Perpendicular Component of Vector A in the Plane of A and B

In summary, to find the component of vector A that is perpendicular to the direction of vector B, you can use the formula A x Sine θ, where θ is the angle between vectors A and B. This can also be represented as A cross unit vector B, which results in a vector.
  • #1
Foehammer
14
0

Homework Statement


[/B]
Here are two displacements, each measured in meters:
A. 4i+5j-6k
B. -1i+2j+3k

What is the component of A that is perpendicular to the direction of B and in the plane of A and B.?

Homework Equations



The book gave me a hint to use this equation:

http://puu.sh/fFya9/3d102e2d2f.png

c being the magnitude of the result of A cross B. a and b being the magnitudes of vectors A and B.

The Attempt at a Solution


[/B]
I plugged the values into that:

c=(8.775)*(3.742)*sin(111.438)
c=30.564

I don't see how that is supposed to help me.

A cross B gives me the vector:

C=27i-6j+13k

This vector is perpendicular to the A,B plane.

Would I need to cross C by B again to get it back in the A,B plane? After doing that would I need to use this equation to find the final component part?
fd42556aaa.png


Doing that gives me:

D=-44i-94j+48k

A dot D=-934

-934=8.775*114.35*cos(phi)

phi=158.56

I think this is the angle between vectors A and D. Then is it just a*cos(158.56)

8.77*cos(158.56)=-8.17

I'm not 100% sure that is correct as I feel I messed up with being able to cross product twice to get back on the A,B plane. Your help is greatly appreciated.
 
Last edited by a moderator:
Physics news on Phys.org
  • #2
You are on the right track (I didn't check your numbers).
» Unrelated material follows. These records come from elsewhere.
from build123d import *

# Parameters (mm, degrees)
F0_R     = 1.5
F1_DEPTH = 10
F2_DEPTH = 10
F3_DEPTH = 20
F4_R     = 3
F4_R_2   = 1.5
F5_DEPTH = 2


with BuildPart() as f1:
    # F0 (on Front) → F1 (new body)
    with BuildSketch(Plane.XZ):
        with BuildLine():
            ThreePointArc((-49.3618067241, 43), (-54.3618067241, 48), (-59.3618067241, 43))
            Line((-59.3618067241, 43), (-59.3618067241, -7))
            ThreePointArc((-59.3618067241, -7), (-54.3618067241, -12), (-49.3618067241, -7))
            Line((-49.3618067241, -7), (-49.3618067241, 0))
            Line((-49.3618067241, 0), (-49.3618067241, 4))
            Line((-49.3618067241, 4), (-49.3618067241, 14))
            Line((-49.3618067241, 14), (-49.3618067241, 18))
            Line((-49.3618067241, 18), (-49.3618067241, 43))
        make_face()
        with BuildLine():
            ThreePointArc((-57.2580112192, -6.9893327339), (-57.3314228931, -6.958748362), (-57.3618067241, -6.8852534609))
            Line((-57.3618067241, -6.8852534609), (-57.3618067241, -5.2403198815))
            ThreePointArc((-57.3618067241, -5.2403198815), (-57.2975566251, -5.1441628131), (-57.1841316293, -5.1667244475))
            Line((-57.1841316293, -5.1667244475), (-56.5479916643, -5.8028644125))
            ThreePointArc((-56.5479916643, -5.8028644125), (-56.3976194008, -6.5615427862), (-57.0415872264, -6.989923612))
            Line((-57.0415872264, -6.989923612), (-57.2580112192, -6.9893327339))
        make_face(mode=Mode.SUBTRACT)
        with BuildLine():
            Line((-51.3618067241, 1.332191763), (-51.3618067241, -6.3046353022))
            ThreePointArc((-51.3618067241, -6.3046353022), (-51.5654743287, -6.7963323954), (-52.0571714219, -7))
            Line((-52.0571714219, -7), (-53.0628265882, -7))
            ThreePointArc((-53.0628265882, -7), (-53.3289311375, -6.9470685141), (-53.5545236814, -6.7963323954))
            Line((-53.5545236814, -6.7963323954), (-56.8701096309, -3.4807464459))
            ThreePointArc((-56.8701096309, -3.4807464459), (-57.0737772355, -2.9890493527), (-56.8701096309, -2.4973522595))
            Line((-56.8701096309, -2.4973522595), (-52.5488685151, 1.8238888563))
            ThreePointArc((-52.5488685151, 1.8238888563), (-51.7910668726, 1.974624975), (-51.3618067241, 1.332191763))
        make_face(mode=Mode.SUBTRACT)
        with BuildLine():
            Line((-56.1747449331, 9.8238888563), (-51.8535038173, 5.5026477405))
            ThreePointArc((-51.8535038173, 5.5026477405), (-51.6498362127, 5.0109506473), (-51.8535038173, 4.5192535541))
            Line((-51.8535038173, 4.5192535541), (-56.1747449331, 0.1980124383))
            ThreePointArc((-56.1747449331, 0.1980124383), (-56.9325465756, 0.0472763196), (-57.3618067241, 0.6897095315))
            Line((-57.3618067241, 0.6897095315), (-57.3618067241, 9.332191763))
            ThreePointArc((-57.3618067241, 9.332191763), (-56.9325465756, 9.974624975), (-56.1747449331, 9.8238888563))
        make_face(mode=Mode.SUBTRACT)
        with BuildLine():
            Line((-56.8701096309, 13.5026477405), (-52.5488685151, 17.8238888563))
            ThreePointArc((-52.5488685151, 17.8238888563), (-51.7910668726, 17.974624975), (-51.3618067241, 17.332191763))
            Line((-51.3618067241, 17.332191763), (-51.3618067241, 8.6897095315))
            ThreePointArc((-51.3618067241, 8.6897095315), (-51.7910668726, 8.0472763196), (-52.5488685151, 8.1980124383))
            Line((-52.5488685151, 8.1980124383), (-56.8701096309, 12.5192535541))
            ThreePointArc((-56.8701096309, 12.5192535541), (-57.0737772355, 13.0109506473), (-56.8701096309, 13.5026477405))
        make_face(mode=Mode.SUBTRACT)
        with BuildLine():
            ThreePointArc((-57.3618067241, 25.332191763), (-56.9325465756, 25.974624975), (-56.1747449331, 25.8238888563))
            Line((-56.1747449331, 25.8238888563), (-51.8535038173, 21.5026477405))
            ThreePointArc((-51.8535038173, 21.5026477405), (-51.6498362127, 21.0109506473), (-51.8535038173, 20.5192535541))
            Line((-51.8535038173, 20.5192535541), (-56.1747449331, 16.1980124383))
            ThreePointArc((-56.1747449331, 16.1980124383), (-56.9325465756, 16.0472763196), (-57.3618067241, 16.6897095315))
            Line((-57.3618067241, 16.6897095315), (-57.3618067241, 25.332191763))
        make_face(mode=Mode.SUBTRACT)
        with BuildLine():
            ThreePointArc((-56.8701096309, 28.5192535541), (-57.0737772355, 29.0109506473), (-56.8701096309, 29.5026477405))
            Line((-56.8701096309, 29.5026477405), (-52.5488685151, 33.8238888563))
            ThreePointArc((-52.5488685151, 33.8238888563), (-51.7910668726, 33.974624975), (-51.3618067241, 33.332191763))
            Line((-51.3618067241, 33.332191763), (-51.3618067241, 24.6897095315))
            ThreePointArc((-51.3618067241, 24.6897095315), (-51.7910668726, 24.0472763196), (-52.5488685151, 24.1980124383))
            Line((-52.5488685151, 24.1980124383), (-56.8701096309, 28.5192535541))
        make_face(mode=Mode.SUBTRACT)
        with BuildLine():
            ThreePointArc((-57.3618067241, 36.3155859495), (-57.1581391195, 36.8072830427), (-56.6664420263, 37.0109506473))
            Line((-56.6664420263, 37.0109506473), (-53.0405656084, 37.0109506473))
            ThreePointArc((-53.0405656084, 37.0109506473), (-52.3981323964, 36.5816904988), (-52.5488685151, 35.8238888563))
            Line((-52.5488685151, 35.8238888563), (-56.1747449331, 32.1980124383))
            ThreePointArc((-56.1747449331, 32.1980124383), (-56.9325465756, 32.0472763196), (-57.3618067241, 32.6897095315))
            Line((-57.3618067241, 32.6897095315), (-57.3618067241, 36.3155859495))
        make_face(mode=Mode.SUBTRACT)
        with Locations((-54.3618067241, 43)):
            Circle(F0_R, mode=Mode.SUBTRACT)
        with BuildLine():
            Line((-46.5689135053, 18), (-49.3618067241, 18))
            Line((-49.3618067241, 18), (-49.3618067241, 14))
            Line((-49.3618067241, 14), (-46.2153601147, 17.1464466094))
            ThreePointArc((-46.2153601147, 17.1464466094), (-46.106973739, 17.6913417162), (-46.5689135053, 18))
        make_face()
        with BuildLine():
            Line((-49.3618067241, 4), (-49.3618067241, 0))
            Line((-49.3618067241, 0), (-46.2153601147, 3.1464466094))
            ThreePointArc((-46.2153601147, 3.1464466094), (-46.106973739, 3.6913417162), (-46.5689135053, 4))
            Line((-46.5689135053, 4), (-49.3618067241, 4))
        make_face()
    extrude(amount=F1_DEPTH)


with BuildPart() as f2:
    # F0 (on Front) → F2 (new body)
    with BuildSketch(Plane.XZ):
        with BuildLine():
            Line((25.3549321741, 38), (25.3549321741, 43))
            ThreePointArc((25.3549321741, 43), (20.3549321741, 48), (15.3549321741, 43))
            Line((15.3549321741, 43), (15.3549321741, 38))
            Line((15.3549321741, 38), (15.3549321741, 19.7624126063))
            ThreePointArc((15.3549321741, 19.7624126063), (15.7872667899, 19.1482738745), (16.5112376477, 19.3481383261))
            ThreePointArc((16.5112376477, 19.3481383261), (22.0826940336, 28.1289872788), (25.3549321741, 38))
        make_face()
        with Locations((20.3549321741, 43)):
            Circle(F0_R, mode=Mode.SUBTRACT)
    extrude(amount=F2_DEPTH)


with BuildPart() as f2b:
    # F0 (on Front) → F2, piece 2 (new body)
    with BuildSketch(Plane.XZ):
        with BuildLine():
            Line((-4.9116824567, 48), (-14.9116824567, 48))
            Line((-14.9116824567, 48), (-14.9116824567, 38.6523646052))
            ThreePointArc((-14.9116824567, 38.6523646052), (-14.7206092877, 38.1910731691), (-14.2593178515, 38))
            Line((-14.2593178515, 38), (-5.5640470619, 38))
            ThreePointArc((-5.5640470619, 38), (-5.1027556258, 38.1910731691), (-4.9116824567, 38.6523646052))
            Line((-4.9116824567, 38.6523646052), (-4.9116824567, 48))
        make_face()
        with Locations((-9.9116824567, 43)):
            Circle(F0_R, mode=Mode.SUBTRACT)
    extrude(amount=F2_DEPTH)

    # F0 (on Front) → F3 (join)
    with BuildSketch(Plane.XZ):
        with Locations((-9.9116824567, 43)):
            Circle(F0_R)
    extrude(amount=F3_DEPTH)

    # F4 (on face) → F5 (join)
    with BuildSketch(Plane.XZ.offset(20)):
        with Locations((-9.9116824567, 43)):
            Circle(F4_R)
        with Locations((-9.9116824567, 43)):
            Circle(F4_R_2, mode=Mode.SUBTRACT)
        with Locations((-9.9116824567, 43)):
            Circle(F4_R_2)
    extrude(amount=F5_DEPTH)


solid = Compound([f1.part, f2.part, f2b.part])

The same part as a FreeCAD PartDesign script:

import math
import FreeCAD as App
import Part
import Sketcher

V = App.Vector

doc = App.newDocument("Part")
body = doc.addObject("PartDesign::Body", "Body")

# Sketch on XZ plane
sketch1 = doc.addObject("Sketcher::SketchObject", "Sketch")
body.addObject(sketch1)
sketch1.AttachmentSupport = (doc.XZ_Plane, [""])
sketch1.MapMode = "FlatFace"
sketch1.addGeometry([
    Part.ArcOfCircle(Part.Circle(V(-54.361807, 43, 0), V(0, 0, 1), 5), math.radians(0), math.radians(180)),  # 0
    Part.LineSegment(V(-59.361807, 43, 0), V(-59.361807, -7, 0)),  # 1
    Part.ArcOfCircle(Part.Circle(V(-54.361807, -7, 0), V(0, 0, 1), 5), math.radians(180), math.radians(360)),  # 2
    Part.LineSegment(V(-49.361807, -7, 0), V(-49.361807, 0, 0)),  # 3
    Part.LineSegment(V(-49.361807, 0, 0), V(-46.21536, 3.146447, 0)),  # 4
    Part.ArcOfCircle(Part.Circle(V(-46.568914, 3.5, 0), V(0, 0, 1), 0.5), math.radians(-45), math.radians(90)),  # 5
    Part.LineSegment(V(-46.568914, 4, 0), V(-49.361807, 4, 0)),  # 6
    Part.LineSegment(V(-49.361807, 4, 0), V(-49.361807, 14, 0)),  # 7
    Part.LineSegment(V(-49.361807, 14, 0), V(-46.21536, 17.146447, 0)),  # 8
    Part.ArcOfCircle(Part.Circle(V(-46.568914, 17.5, 0), V(0, 0, 1), 0.5), math.radians(-45), math.radians(90)),  # 9
    Part.LineSegment(V(-46.568914, 18, 0), V(-49.361807, 18, 0)),  # 10
    Part.LineSegment(V(-49.361807, 18, 0), V(-49.361807, 43, 0)),  # 11
    Part.LineSegment(V(-57.041587, -6.989924, 0), V(-57.258011, -6.989333, 0)),  # 12
    Part.ArcOfCircle(Part.Circle(V(-57.257727, -6.885253, 0), V(0, 0, 1), 0.10408), math.radians(180), math.radians(269.843572)),  # 13
    Part.LineSegment(V(-57.361807, -6.885253, 0), V(-57.361807, -5.24032, 0)),  # 14
    Part.ArcOfCircle(Part.Circle(V(-57.257727, -5.24032, 0), V(0, 0, 1), 0.10408), math.radians(45), math.radians(179.999999)),  # 15
    Part.LineSegment(V(-57.184132, -5.166724, 0), V(-56.547992, -5.802864, 0)),  # 16
    Part.ArcOfCircle(Part.Circle(V(-57.039689, -6.294562, 0), V(0, 0, 1), 0.695365), math.radians(-90.156428), math.radians(45)),  # 17
    Part.ArcOfCircle(Part.Circle(V(-56.666442, 9.332192, 0), V(0, 0, 1), 0.695365), math.radians(45), math.radians(180)),  # 18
Perhaps it is simpler to consider this: once you have vector D = B x C, find a unit vector in the direction of D. Then take the dot product of this unit vector with A. To find a unit vector in the direction of D, just divide vector D by its magnitude.
 
  • #3
Alright here it is:

B x C=D=44i+94j-48k

D as a unit vector is:

.3849i+.8221j-.4198k

A dot D=8.169

8.169=8.775*1*cos(phi)

phi=21.418

Using this new angle it comes out to be:

8.77*cos(21.418)=8.164

So, one thing I noticed was that in my original post I did C x B and you recommended B x C. I know that the order of cross product does matter so why did you choose the order you did? I also see that finding the dot product between the two was my answer and I didn't need to use the cos(phi) formula part. So, I think my final answer is 8.164? It seems more reasonable since it isn't negative.
 
  • #4
You don't need to calculate new angle phi. The dot product of A with a unit vector in the direction of D is the component of A in the direction of D which is what the problem asks for. Note how close your answer A dot D = 8.169 is to your final answer 8.164. The difference is round offs and you went around in a circle when you calculated that last bit.
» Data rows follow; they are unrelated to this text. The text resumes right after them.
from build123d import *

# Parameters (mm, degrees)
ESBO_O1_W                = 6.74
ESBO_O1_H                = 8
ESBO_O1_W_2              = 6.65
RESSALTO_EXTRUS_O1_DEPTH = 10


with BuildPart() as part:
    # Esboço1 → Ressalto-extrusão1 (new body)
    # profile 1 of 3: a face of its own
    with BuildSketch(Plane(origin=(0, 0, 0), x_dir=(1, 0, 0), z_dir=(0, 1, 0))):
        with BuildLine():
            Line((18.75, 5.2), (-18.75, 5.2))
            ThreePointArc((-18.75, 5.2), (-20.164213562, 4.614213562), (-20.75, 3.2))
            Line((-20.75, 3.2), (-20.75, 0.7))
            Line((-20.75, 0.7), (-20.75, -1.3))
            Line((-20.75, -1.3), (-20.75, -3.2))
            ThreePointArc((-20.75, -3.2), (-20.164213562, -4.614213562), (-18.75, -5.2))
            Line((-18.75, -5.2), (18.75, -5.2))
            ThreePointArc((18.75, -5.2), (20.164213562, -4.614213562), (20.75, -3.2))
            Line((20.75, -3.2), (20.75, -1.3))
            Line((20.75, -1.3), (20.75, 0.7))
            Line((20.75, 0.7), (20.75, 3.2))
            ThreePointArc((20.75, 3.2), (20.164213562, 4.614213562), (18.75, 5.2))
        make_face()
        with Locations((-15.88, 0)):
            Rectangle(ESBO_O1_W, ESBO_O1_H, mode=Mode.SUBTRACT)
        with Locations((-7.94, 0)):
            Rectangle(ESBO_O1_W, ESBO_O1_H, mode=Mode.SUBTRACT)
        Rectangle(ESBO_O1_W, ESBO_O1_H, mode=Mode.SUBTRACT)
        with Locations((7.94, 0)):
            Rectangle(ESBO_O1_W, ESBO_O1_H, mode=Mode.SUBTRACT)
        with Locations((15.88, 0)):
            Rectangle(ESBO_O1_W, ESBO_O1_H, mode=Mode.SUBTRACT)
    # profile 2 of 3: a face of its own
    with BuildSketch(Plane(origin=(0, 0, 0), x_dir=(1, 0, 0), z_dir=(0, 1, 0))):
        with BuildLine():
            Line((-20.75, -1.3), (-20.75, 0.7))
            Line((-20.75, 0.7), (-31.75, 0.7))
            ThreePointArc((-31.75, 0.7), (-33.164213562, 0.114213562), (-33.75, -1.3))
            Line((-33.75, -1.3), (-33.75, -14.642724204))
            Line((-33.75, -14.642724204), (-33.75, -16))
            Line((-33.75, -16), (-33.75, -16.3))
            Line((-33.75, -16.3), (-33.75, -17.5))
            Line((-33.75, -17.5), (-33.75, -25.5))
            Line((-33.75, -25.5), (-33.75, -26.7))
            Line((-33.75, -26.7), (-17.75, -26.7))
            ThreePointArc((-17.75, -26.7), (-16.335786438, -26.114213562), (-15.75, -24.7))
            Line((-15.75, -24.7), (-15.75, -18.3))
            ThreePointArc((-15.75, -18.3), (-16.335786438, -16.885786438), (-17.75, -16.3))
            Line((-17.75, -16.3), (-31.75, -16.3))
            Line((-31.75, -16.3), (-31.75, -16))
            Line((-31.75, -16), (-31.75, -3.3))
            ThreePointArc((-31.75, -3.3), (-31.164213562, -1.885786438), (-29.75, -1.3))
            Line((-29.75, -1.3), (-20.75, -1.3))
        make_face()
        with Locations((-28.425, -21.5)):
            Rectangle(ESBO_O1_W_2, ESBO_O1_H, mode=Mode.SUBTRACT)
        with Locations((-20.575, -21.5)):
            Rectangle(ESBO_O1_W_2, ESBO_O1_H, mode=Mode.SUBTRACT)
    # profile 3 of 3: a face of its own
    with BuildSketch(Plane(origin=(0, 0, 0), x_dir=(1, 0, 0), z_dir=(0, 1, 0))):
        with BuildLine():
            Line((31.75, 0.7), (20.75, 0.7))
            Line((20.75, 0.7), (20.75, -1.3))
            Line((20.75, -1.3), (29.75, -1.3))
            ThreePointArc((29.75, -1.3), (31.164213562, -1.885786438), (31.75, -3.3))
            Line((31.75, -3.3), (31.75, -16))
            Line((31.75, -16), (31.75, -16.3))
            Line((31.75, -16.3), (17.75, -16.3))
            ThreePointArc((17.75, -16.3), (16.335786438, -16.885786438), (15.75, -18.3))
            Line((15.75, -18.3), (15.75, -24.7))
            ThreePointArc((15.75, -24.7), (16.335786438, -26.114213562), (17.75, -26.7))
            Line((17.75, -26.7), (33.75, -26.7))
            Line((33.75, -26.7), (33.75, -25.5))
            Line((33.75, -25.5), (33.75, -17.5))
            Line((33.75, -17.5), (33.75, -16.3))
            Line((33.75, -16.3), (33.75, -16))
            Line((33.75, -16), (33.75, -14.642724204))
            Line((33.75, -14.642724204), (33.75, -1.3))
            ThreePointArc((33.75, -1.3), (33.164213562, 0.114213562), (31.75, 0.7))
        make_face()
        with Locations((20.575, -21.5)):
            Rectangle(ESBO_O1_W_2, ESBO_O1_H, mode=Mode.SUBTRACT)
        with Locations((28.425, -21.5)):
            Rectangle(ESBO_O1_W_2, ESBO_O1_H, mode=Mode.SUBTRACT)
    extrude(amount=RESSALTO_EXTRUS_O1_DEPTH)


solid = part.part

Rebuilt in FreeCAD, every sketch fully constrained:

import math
import FreeCAD as App
import Part
import Sketcher

V = App.Vector

doc = App.newDocument("Part")
params = doc.addObject("Spreadsheet::Sheet", "Params")
for row, (alias, value) in enumerate([
    ("sketch1_radius", "2 mm"),
    ("sketch1_width", "11 mm"),
    ("sketch1_width2", "16 mm"),
    ("sketch1_height", "13 mm"),
    ("sketch1_height2", "8 mm"),
    ("pad1_length", "10 mm"),
], start=1):
    params.set(f"A{row}", alias)
    params.set(f"B{row}", "=" + value)
    params.setAlias(f"B{row}", alias)

body = doc.addObject("PartDesign::Body", "Body")

# Sketch on XZ plane
sketch1 = body.newObject("Sketcher::SketchObject", "Sketch")
sketch1.AttachmentSupport = (doc.getObject("XZ_Plane"), [""])
sketch1.MapMode = "FlatFace"
sketch1.addGeometry(Part.LineSegment(V(18.8, -5.2, 0), V(-18.8, -5.2, 0)), False)
sketch1.addGeometry(Part.ArcOfCircle(Part.Circle(V(-18.7, -3.2, 0), V(0, 0, 1), 2), math.radians(-180), math.radians(-90)), False)
sketch1.addGeometry(Part.LineSegment(V(-20.8, -3.2, 0), V(-20.8, -0.7, 0)), False)
sketch1.addGeometry(Part.LineSegment(V(-20.8, -0.7, 0), V(-31.8, -0.7, 0)), False)
sketch1.addGeometry(Part.ArcOfCircle(Part.Circle(V(-31.7, 1.3, 0), V(0, 0, 1), 2), math.radians(-180), math.radians(-90)), False)
sketch1.addGeometry(Part.LineSegment(V(-33.8, 1.3, 0), V(-33.8, 26.7, 0)), False)
sketch1.addGeometry(Part.LineSegment(V(-33.8, 26.7, 0), V(-17.8, 26.7, 0)), False)
sketch1.addGeometry(Part.ArcOfCircle(Part.Circle(V(-17.8, 24.7, 0), V(0, 0, 1), 2), math.radians(0), math.radians(90)), False)
sketch1.addGeometry(Part.LineSegment(V(-15.8, 24.7, 0), V(-15.8, 18.3, 0)), False)
sketch1.addGeometry(Part.ArcOfCircle(Part.Circle(V(-17.8, 18.3, 0), V(0, 0, 1), 2), math.radians(-90), math.radians(0)), False)
sketch1.addGeometry(Part.LineSegment(V(-17.8, 16.3, 0), V(-31.8, 16.3, 0)), False)
sketch1.addGeometry(Part.LineSegment(V(-31.8, 16.3, 0), V(-31.8, 3.3, 0)), False)
sketch1.addGeometry(Part.ArcOfCircle(Part.Circle(V(-29.7, 3.3, 0), V(0, 0, 1), 2), math.radians(-180), math.radians(-90)), False)
sketch1.addGeometry(Part.LineSegment(V(-29.8, 1.3, 0), V(-20.8, 1.3, 0)), False)
sketch1.addGeometry(Part.LineSegment(V(-20.8, 1.3, 0), V(-20.8, 3.2, 0)), False)
sketch1.addGeometry(Part.ArcOfCircle(Part.Circle(V(-18.7, 3.2, 0), V(0, 0, 1), 2), math.radians(90), math.radians(180)), False)
sketch1.addGeometry(Part.LineSegment(V(-18.8, 5.2, 0), V(18.8, 5.2, 0)), False)
sketch1.addGeometry(Part.ArcOfCircle(Part.Circle(V(18.7, 3.2, 0), V(0, 0, 1), 2), math.radians(0), math.radians(90)), False)
sketch1.addGeometry(Part.LineSegment(V(20.8, 3.2, 0), V(20.8, 1.3, 0)), False)
sketch1.addGeometry(Part.LineSegment(V(20.8, 1.3, 0), V(29.8, 1.3, 0)), False)
sketch1.addGeometry(Part.ArcOfCircle(Part.Circle(V(29.7, 3.3, 0), V(0, 0, 1), 2), math.radians(-90), math.radians(0)), False)
sketch1.addGeometry(Part.LineSegment(V(31.8, 3.3, 0), V(31.8, 16.3, 0)), False)
sketch1.addGeometry(Part.LineSegment(V(31.8, 16.3, 0), V(17.8, 16.3, 0)), False)
sketch1.addGeometry(Part.ArcOfCircle(Part.Circle(V(17.8, 18.3, 0), V(0, 0, 1), 2), math.radians(-180), math.radians(-90)), False)
sketch1.addGeometry(Part.LineSegment(V(15.8, 18.3, 0), V(15.8, 24.7, 0)), False)
sketch1.addGeometry(Part.ArcOfCircle(Part.Circle(V(17.8, 24.7, 0), V(0, 0, 1), 2), math.radians(90), math.radians(180)), False)
sketch1.addGeometry(Part.LineSegment(V(17.8, 26.7, 0), V(33.8, 26.7, 0)), False)
sketch1.addGeometry(Part.LineSegment(V(33.8, 26.7, 0), V(33.8, 1.3, 0)), False)
sketch1.addGeometry(Part.ArcOfCircle(Part.Circle(V(31.7, 1.3, 0), V(0, 0, 1), 2), math.radians(-90), math.radians(0)), False)
sketch1.addGeometry(Part.LineSegment(V(31.8, -0.7, 0), V(20.8, -0.7, 0)), False)
sketch1.addGeometry(Part.LineSegment(V(20.8, -0.7, 0), V(20.8, -3.2, 0)), False)
sketch1.addGeometry(Part.ArcOfCircle(Part.Circle(V(18.7, -3.2, 0), V(0, 0, 1), 2), math.radians(-90), math.radians(0)), False)
sketch1.addGeometry(Part.LineSegment(V(-12.5, 4, 0), V(-19.2, 4, 0)), False)
sketch1.addGeometry(Part.LineSegment(V(-19.2, 4, 0), V(-19.2, -4, 0)), False)
sketch1.addGeometry(Part.LineSegment(V(-19.2, -4, 0), V(-12.5, -4, 0)), False)
sketch1.addGeometry(Part.LineSegment(V(-12.5, -4, 0), V(-12.5, 4, 0)), False)
sketch1.addGeometry(Part.LineSegment(V(-4.6, 4, 0), V(-11.3, 4, 0)), False)
sketch1.addGeometry(Part.LineSegment(V(-11.3, 4, 0), V(-11.3, -4, 0)), False)
sketch1.addGeometry(Part.LineSegment(V(-11.3, -4, 0), V(-4.6, -4, 0)), False)
sketch1.addGeometry(Part.LineSegment(V(-4.6, -4, 0), V(-4.6, 4, 0)), False)
sketch1.addGeometry(Part.LineSegment(V(3.4, 4, 0), V(-3.4, 4, 0)), False)
sketch1.addGeometry(Part.LineSegment(V(-3.4, 4, 0), V(-3.4, -4, 0)), False)
sketch1.addGeometry(Part.LineSegment(V(-3.4, -4, 0), V(3.4, -4, 0)), False)
sketch1.addGeometry(Part.LineSegment(V(3.4, -4, 0), V(3.4, 4, 0)), False)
As to why I chose B x C as opposed to C x B, the answer is that for this problem it doesn't matter. One is the negative of the other. Draw a drawing and you will see that there are two perpendiculars "to the direction of B and in the plane of A and B" as the problem specifies. One is the negative of the other. In your original post, you calculated the other solution. Note that the sum of your original angle and this angle are 158.56 + 21.418 = 180 as they should. Both of these angles are correct and the component that you are seeking is either 8.169 or -8.169 depending on which of the two perpendiculars "to the direction of B and in the plane of A and B" you choose.
 
Last edited:
  • #5
kuruman said:
You don't need to calculate new angle phi. The dot product of A with a unit vector in the direction of D is the component of A in the direction of D which is what the problem asks for. Note how close your answer A dot D = 8.169 is to your final answer 8.164. The difference is round offs and you went around in a circle when you calculated that last bit.

As to why I chose B x C as opposed to C x B, the answer is that for this problem it doesn't matter. One is the negative of the other. Draw a drawing and you will see that there are two perpendiculars "to the direction of B and in the plane of A and B" as the problem specifies. One is the negative of the other. In your original post, you calculated the other solution. Note that the sum of your original angle and this angle are 158.56 + 21.418 = 180 as they should. Both of these angles are correct and the component that you are seeking is either 8.169 or -8.169 depending on which of the two perpendiculars "to the direction of B and in the plane of A and B" you choose.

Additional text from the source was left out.